◆ Task
Copy each line of the data that has "TORUS" in it.
[The data — start]
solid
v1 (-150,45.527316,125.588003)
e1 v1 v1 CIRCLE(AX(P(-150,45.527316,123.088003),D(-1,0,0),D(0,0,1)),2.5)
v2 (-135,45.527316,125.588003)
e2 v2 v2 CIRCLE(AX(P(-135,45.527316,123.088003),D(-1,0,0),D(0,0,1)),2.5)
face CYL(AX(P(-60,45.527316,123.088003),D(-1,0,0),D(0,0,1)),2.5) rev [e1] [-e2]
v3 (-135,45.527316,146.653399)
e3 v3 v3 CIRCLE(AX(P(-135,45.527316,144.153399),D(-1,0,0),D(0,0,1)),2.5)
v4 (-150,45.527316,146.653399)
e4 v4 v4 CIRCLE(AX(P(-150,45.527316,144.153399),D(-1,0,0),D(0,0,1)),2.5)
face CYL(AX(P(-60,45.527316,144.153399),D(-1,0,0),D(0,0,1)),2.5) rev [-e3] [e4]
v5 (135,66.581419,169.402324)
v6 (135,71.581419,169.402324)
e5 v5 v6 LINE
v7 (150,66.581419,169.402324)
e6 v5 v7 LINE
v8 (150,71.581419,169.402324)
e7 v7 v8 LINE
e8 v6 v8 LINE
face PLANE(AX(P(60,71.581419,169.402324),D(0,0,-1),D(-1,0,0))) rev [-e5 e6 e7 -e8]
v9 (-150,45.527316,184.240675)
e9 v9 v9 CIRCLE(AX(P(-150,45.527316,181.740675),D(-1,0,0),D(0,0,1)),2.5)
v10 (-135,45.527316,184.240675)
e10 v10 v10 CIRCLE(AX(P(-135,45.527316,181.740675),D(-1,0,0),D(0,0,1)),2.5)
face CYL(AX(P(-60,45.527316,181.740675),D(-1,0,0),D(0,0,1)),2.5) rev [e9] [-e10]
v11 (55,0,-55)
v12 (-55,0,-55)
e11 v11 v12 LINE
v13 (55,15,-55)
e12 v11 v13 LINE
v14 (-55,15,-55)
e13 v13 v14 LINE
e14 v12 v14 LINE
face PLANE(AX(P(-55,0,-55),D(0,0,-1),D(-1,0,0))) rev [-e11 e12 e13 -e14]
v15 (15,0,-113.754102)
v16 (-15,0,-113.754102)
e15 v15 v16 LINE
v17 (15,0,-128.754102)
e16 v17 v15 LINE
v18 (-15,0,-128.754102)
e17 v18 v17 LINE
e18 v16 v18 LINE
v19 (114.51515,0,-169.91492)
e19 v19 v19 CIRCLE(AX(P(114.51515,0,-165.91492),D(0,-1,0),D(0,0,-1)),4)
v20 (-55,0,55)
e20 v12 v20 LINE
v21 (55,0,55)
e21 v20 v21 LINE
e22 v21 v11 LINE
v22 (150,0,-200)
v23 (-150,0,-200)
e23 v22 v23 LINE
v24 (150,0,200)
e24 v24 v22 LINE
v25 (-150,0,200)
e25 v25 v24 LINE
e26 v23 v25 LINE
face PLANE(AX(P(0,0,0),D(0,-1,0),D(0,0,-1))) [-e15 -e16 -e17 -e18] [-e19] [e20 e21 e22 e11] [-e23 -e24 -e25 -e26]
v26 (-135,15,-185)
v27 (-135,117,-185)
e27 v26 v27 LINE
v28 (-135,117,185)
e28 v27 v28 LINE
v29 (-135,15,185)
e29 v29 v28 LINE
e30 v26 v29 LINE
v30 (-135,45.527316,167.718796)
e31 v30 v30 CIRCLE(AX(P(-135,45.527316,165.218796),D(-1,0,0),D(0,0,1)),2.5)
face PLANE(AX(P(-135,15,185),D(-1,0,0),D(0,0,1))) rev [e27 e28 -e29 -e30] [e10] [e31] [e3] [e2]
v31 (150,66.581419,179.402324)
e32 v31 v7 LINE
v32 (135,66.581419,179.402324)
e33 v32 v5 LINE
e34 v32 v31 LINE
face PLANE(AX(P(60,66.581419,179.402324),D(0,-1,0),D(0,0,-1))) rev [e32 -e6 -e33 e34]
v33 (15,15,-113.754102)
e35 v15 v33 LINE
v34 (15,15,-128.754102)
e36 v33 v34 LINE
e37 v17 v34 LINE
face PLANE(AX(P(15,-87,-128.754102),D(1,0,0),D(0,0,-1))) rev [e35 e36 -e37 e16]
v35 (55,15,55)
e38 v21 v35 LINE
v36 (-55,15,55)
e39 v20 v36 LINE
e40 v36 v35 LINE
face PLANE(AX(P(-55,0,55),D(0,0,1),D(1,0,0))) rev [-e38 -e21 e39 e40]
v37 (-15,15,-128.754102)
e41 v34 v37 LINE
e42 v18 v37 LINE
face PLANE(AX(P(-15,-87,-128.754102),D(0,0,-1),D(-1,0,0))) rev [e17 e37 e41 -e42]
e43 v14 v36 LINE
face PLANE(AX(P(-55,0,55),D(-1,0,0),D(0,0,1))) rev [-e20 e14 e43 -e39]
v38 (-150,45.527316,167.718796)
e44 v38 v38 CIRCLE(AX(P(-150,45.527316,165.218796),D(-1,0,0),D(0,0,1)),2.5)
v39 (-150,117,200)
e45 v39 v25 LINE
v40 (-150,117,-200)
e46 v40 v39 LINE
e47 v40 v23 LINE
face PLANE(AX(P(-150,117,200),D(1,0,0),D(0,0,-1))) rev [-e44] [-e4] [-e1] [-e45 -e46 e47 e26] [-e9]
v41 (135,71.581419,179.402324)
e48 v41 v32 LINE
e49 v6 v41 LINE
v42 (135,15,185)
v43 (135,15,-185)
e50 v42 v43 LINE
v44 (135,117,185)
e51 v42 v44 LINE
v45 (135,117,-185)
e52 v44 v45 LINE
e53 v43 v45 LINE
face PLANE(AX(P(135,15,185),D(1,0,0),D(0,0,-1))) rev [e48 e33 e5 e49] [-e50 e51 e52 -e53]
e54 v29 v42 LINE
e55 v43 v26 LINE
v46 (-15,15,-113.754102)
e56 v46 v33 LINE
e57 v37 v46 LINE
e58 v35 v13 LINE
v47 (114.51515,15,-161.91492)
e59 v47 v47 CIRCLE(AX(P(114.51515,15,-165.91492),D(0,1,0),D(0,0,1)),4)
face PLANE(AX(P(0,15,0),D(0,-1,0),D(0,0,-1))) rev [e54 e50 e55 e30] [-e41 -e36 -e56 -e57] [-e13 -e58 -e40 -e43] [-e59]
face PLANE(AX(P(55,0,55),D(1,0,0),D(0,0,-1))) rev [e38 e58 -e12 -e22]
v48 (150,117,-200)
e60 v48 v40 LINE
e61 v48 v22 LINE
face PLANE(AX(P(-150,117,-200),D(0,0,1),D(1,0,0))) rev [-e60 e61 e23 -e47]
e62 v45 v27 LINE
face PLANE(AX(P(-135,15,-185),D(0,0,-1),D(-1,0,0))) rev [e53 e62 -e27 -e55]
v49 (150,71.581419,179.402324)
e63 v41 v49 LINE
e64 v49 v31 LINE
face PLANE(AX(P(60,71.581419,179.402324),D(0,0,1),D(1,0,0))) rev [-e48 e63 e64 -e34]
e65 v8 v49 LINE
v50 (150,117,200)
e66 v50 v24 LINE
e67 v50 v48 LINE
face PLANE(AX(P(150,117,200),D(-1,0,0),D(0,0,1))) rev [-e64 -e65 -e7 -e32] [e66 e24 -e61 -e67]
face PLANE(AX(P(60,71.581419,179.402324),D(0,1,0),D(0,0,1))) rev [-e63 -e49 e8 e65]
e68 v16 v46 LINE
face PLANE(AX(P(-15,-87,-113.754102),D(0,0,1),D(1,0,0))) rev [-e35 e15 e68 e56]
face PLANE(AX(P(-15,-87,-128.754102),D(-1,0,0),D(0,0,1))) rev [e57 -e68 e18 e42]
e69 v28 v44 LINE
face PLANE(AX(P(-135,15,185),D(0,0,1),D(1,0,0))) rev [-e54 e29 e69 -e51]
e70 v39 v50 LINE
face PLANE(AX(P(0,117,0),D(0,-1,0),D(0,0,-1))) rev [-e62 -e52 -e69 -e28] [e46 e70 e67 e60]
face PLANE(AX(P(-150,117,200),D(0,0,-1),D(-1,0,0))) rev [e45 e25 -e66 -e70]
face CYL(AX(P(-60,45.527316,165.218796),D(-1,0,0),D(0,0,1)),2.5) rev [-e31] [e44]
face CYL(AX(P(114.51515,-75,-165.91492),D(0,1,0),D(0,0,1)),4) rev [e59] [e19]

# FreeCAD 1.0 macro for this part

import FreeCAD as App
import Part
import Sketcher
from FreeCAD import Vector
Q = App.Units.Quantity

doc = App.newDocument("Part")
body = doc.addObject("PartDesign::Body", "Body")

# Sketch on XZ plane
sketch1 = body.newObject("Sketcher::SketchObject", "Sketch")
sketch1.AttachmentSupport = (doc.getObject("XZ_Plane"), [""])
sketch1.MapMode = "FlatFace"
sketch1.addGeometry([
    Part.LineSegment(Vector(-150, -200, 0), Vector(-150, 200, 0)),
    Part.LineSegment(Vector(-150, 200, 0), Vector(150, 200, 0)),
    Part.LineSegment(Vector(150, 200, 0), Vector(150, -200, 0)),
    Part.LineSegment(Vector(150, -200, 0), Vector(-150, -200, 0)),
], False)
sketch1.addConstraint([
    Sketcher.Constraint("Coincident", 0, 2, 1, 1),
    Sketcher.Constraint("Coincident", 1, 2, 2, 1),
    Sketcher.Constraint("Coincident", 2, 2, 3, 1),
    Sketcher.Constraint("Coincident", 3, 2, 0, 1),
    Sketcher.Constraint("Vertical", 0),
    Sketcher.Constraint("Horizontal", 1),
    Sketcher.Constraint("Vertical", 2),
    Sketcher.Constraint("Horizontal", 3),
    Sketcher.Constraint("Symmetric", 0, 2, 2, 2, -1, 1),
    Sketcher.Constraint("DistanceX", 1, 1, 1, 2, Q("300 mm")),
    Sketcher.Constraint("DistanceY", 0, 1, 0, 2, Q("400 mm")),
])
pad1 = body.newObject("PartDesign::Pad", "Pad")
pad1.Profile = sketch1
pad1.Length = 117
pad1.Reversed = True

# Sketch on XZ plane
sketch2 = body.newObject("Sketcher::SketchObject", "Sketch001")
sketch2.AttachmentSupport = (doc.getObject("XZ_Plane"), [""])
sketch2.MapMode = "FlatFace"
sketch2.AttachmentOffset = App.Placement(Vector(0, 0, -117), App.Rotation())
sketch2.addGeometry([
    Part.LineSegment(Vector(-55, -55, 0), Vector(-55, 55, 0)),
    Part.LineSegment(Vector(-55, 55, 0), Vector(55, 55, 0)),
    Part.LineSegment(Vector(55, 55, 0), Vector(55, -55, 0)),
    Part.LineSegment(Vector(55, -55, 0), Vector(-55, -55, 0)),
], False)
sketch2.addConstraint([
    Sketcher.Constraint("Coincident", 0, 2, 1, 1),
    Sketcher.Constraint("Coincident", 1, 2, 2, 1),
    Sketcher.Constraint("Coincident", 2, 2, 3, 1),
    Sketcher.Constraint("Coincident", 3, 2, 0, 1),
    Sketcher.Constraint("Vertical", 0),
    Sketcher.Constraint("Horizontal", 1),
    Sketcher.Constraint("Vertical", 2),
    Sketcher.Constraint("Horizontal", 3),
    Sketcher.Constraint("Symmetric", 0, 2, 2, 2, -1, 1),
    Sketcher.Constraint("Equal", 3, 0),
    Sketcher.Constraint("DistanceX", 1, 1, 1, 2, Q("110 mm")),
])
pocket1 = body.newObject("PartDesign::Pocket", "Pocket")
pocket1.Profile = sketch2
pocket1.Length = 117
pocket1.Reversed = True

# Sketch on XZ plane
sketch3 = body.newObject("Sketcher::SketchObject", "Sketch002")
sketch3.AttachmentSupport = (doc.getObject("XZ_Plane"), [""])
sketch3.MapMode = "FlatFace"
sketch3.AttachmentOffset = App.Placement(Vector(0, 0, -117), App.Rotation())
sketch3.addGeometry([
    Part.LineSegment(Vector(-135, -185, 0), Vector(-135, 185, 0)),
    Part.LineSegment(Vector(-135, 185, 0), Vector(135, 185, 0)),
    Part.LineSegment(Vector(135, 185, 0), Vector(135, -185, 0)),
    Part.LineSegment(Vector(135, -185, 0), Vector(-135, -185, 0)),
], False)
sketch3.addConstraint([
    Sketcher.Constraint("Coincident", 0, 2, 1, 1),
    Sketcher.Constraint("Coincident", 1, 2, 2, 1),
    Sketcher.Constraint("Coincident", 2, 2, 3, 1),
    Sketcher.Constraint("Coincident", 3, 2, 0, 1),
    Sketcher.Constraint("Vertical", 0),
    Sketcher.Constraint("Horizontal", 1),
    Sketcher.Constraint("Vertical", 2),
    Sketcher.Constraint("Horizontal", 3),
    Sketcher.Constraint("Symmetric", 0, 2, 2, 2, -1, 1),
    Sketcher.Constraint("DistanceX", 1, 1, 1, 2, Q("270 mm")),
    Sketcher.Constraint("DistanceY", 0, 1, 0, 2, Q("370 mm")),
])
pocket2 = body.newObject("PartDesign::Pocket", "Pocket001")
pocket2.Profile = sketch3
pocket2.Length = 102
pocket2.Reversed = True
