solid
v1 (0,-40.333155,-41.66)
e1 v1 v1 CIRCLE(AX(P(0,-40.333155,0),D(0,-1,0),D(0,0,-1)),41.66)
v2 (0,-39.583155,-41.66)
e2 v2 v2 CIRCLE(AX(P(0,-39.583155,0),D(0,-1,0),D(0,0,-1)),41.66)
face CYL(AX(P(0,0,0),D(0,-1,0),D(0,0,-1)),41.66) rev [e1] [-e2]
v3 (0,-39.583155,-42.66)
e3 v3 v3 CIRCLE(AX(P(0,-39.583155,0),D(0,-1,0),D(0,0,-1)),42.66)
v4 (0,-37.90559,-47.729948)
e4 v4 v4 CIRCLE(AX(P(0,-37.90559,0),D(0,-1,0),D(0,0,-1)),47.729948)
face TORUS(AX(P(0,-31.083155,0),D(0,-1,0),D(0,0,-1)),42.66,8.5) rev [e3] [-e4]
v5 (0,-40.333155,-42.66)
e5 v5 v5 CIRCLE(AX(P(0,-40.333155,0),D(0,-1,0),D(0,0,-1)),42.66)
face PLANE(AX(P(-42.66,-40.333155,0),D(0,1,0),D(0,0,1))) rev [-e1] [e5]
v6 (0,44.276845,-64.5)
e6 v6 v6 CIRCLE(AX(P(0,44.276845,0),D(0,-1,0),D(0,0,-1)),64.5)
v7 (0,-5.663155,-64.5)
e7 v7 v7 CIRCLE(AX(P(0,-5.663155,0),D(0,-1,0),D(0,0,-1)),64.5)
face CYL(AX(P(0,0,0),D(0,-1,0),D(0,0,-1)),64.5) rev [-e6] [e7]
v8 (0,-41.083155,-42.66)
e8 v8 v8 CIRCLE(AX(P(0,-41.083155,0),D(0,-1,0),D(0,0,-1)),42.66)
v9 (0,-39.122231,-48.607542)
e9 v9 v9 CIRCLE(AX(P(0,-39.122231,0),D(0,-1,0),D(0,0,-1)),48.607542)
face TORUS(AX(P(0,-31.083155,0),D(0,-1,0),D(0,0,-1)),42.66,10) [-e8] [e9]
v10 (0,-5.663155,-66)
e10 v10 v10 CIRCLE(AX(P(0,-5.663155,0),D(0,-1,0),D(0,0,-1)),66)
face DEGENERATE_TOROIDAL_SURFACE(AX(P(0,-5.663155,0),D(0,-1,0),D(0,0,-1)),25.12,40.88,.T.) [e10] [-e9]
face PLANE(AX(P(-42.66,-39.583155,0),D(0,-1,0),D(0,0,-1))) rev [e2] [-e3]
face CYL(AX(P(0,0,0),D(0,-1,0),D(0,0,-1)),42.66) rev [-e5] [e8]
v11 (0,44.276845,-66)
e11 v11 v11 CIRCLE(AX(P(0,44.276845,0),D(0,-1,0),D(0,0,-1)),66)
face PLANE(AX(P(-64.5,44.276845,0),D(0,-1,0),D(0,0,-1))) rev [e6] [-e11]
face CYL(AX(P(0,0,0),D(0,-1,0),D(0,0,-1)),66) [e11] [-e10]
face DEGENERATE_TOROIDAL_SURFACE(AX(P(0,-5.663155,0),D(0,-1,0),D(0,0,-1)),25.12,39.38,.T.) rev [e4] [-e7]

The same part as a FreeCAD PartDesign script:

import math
import FreeCAD as App
import Part
import Sketcher
from FreeCAD import Vector
Q = App.Units.Quantity

doc = App.newDocument("Part")
body = doc.addObject("PartDesign::Body", "Body")

# Sketch on XY plane
sketch1 = body.newObject("Sketcher::SketchObject", "Sketch")
sketch1.AttachmentSupport = (doc.getObject("XY_Plane"), [""])
sketch1.MapMode = "FlatFace"
sketch1.addGeometry(Part.LineSegment(Vector(-64.5, -5.663155, 0), Vector(-64.5, 44.276845, 0)), False)
sketch1.addGeometry(Part.LineSegment(Vector(-64.5, 44.276845, 0), Vector(-66, 44.276845, 0)), False)
sketch1.addGeometry(Part.LineSegment(Vector(-66, 44.276845, 0), Vector(-66, -5.663155, 0)), False)
sketch1.addGeometry(Part.ArcOfCircle(Part.Circle(Vector(-25.12, -5.663155, 0), Vector(0, 0, 1), 40.88), math.radians(180), math.radians(234.931981)), False)
sketch1.addGeometry(Part.ArcOfCircle(Part.Circle(Vector(-42.66, -31.083155, 0), Vector(0, 0, 1), 10), math.radians(-126.495115), math.radians(-90)), False)
sketch1.addGeometry(Part.LineSegment(Vector(-42.66, -41.083155, 0), Vector(-42.66, -40.333155, 0)), False)
sketch1.addGeometry(Part.LineSegment(Vector(-42.66, -40.333155, 0), Vector(-41.66, -40.333155, 0)), False)
sketch1.addGeometry(Part.LineSegment(Vector(-41.66, -40.333155, 0), Vector(-41.66, -39.583155, 0)), False)
sketch1.addGeometry(Part.LineSegment(Vector(-41.66, -39.583155, 0), Vector(-42.66, -39.583155, 0)), False)
sketch1.addGeometry(Part.ArcOfCircle(Part.Circle(Vector(-42.66, -31.083155, 0), Vector(0, 0, 1), 8.5), math.radians(-126.617104), math.radians(-90)), False)
sketch1.addGeometry(Part.ArcOfCircle(Part.Circle(Vector(-25.12, -5.663155, 0), Vector(0, 0, 1), 39.38), math.radians(180), math.radians(234.960012)), False)
sketch1.addConstraint(Sketcher.Constraint("Coincident", 0, 2, 1, 1))
sketch1.addConstraint(Sketcher.Constraint("Coincident", 1, 2, 2, 1))
sketch1.addConstraint(Sketcher.Constraint("Tangent", 2, 2, 3, 1))
sketch1.addConstraint(Sketcher.Constraint("Coincident", 3, 2, 4, 1))
sketch1.addConstraint(Sketcher.Constraint("Coincident", 4, 2, 5, 1))
sketch1.addConstraint(Sketcher.Constraint("Coincident", 5, 2, 6, 1))
sketch1.addConstraint(Sketcher.Constraint("Coincident", 6, 2, 7, 1))
sketch1.addConstraint(Sketcher.Constraint("Coincident", 7, 2, 8, 1))
sketch1.addConstraint(Sketcher.Constraint("Tangent", 8, 2, 9, 2))
sketch1.addConstraint(Sketcher.Constraint("Coincident", 9, 1, 10, 2))
sketch1.addConstraint(Sketcher.Constraint("Tangent", 10, 1, 0, 1))
sketch1.addConstraint(Sketcher.Constraint("Vertical", 0))
sketch1.addConstraint(Sketcher.Constraint("Horizontal", 1))
sketch1.addConstraint(Sketcher.Constraint("Vertical", 2))
sketch1.addConstraint(Sketcher.Constraint("Vertical", 5))
sketch1.addConstraint(Sketcher.Constraint("Horizontal", 6))
sketch1.addConstraint(Sketcher.Constraint("Vertical", 7))
sketch1.addConstraint(Sketcher.Constraint("Horizontal", 8))
sketch1.addConstraint(Sketcher.Constraint("Coincident", 9, 3, 4, 3))
sketch1.addConstraint(Sketcher.Constraint("Coincident", 10, 3, 3, 3))
sketch1.addConstraint(Sketcher.Constraint("Vertical", 9, 3, 4, 2))
sketch1.addConstraint(Sketcher.Constraint("Equal", 5, 7))
sketch1.addConstraint(Sketcher.Constraint("Radius", 4, Q("10 mm")))
sketch1.addConstraint(Sketcher.Constraint("Radius", 9, Q("8.5 mm")))
sketch1.addConstraint(Sketcher.Constraint("DistanceX", 6, 1, 6, 2, Q("1 mm")))
sketch1.addConstraint(Sketcher.Constraint("Radius", 3, Q("40.88 mm")))
sketch1.addConstraint(Sketcher.Constraint("Radius", 10, Q("39.38 mm")))
sketch1.addConstraint(Sketcher.Constraint("DistanceX", 1, 2, -1, 1, Q("66 mm")))
sketch1.addConstraint(Sketcher.Constraint("DistanceY", 0, 1, 0, 2, Q("49.94 mm")))
sketch1.addConstraint(Sketcher.Constraint("DistanceX", 4, 3, -1, 1, Q("42.66 mm")))
sketch1.addConstraint(Sketcher.Constraint("DistanceY", 4, 3, 3, 3, Q("25.42 mm")))
sketch1.addConstraint(Sketcher.Constraint("DistanceY", 3, 2, -1, 1, Q("39.122231 mm")))
revolution = body.newObject("PartDesign::Revolution", "Revolution")
revolution.Profile = sketch1
revolution.ReferenceAxis = (sketch1, ["V_Axis"])
revolution.Angle = 360

doc.recompute()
[The data — finish]
◆ Result
face TORUS(AX(P(0,-31.083155,0),D(0,-1,0),D(0,0,-1)),42.66,8.5) rev [e3] [-e4]
face TORUS(AX(P(0,-31.083155,0),D(0,-1,0),D(0,0,-1)),42.66,10) [-e8] [e9]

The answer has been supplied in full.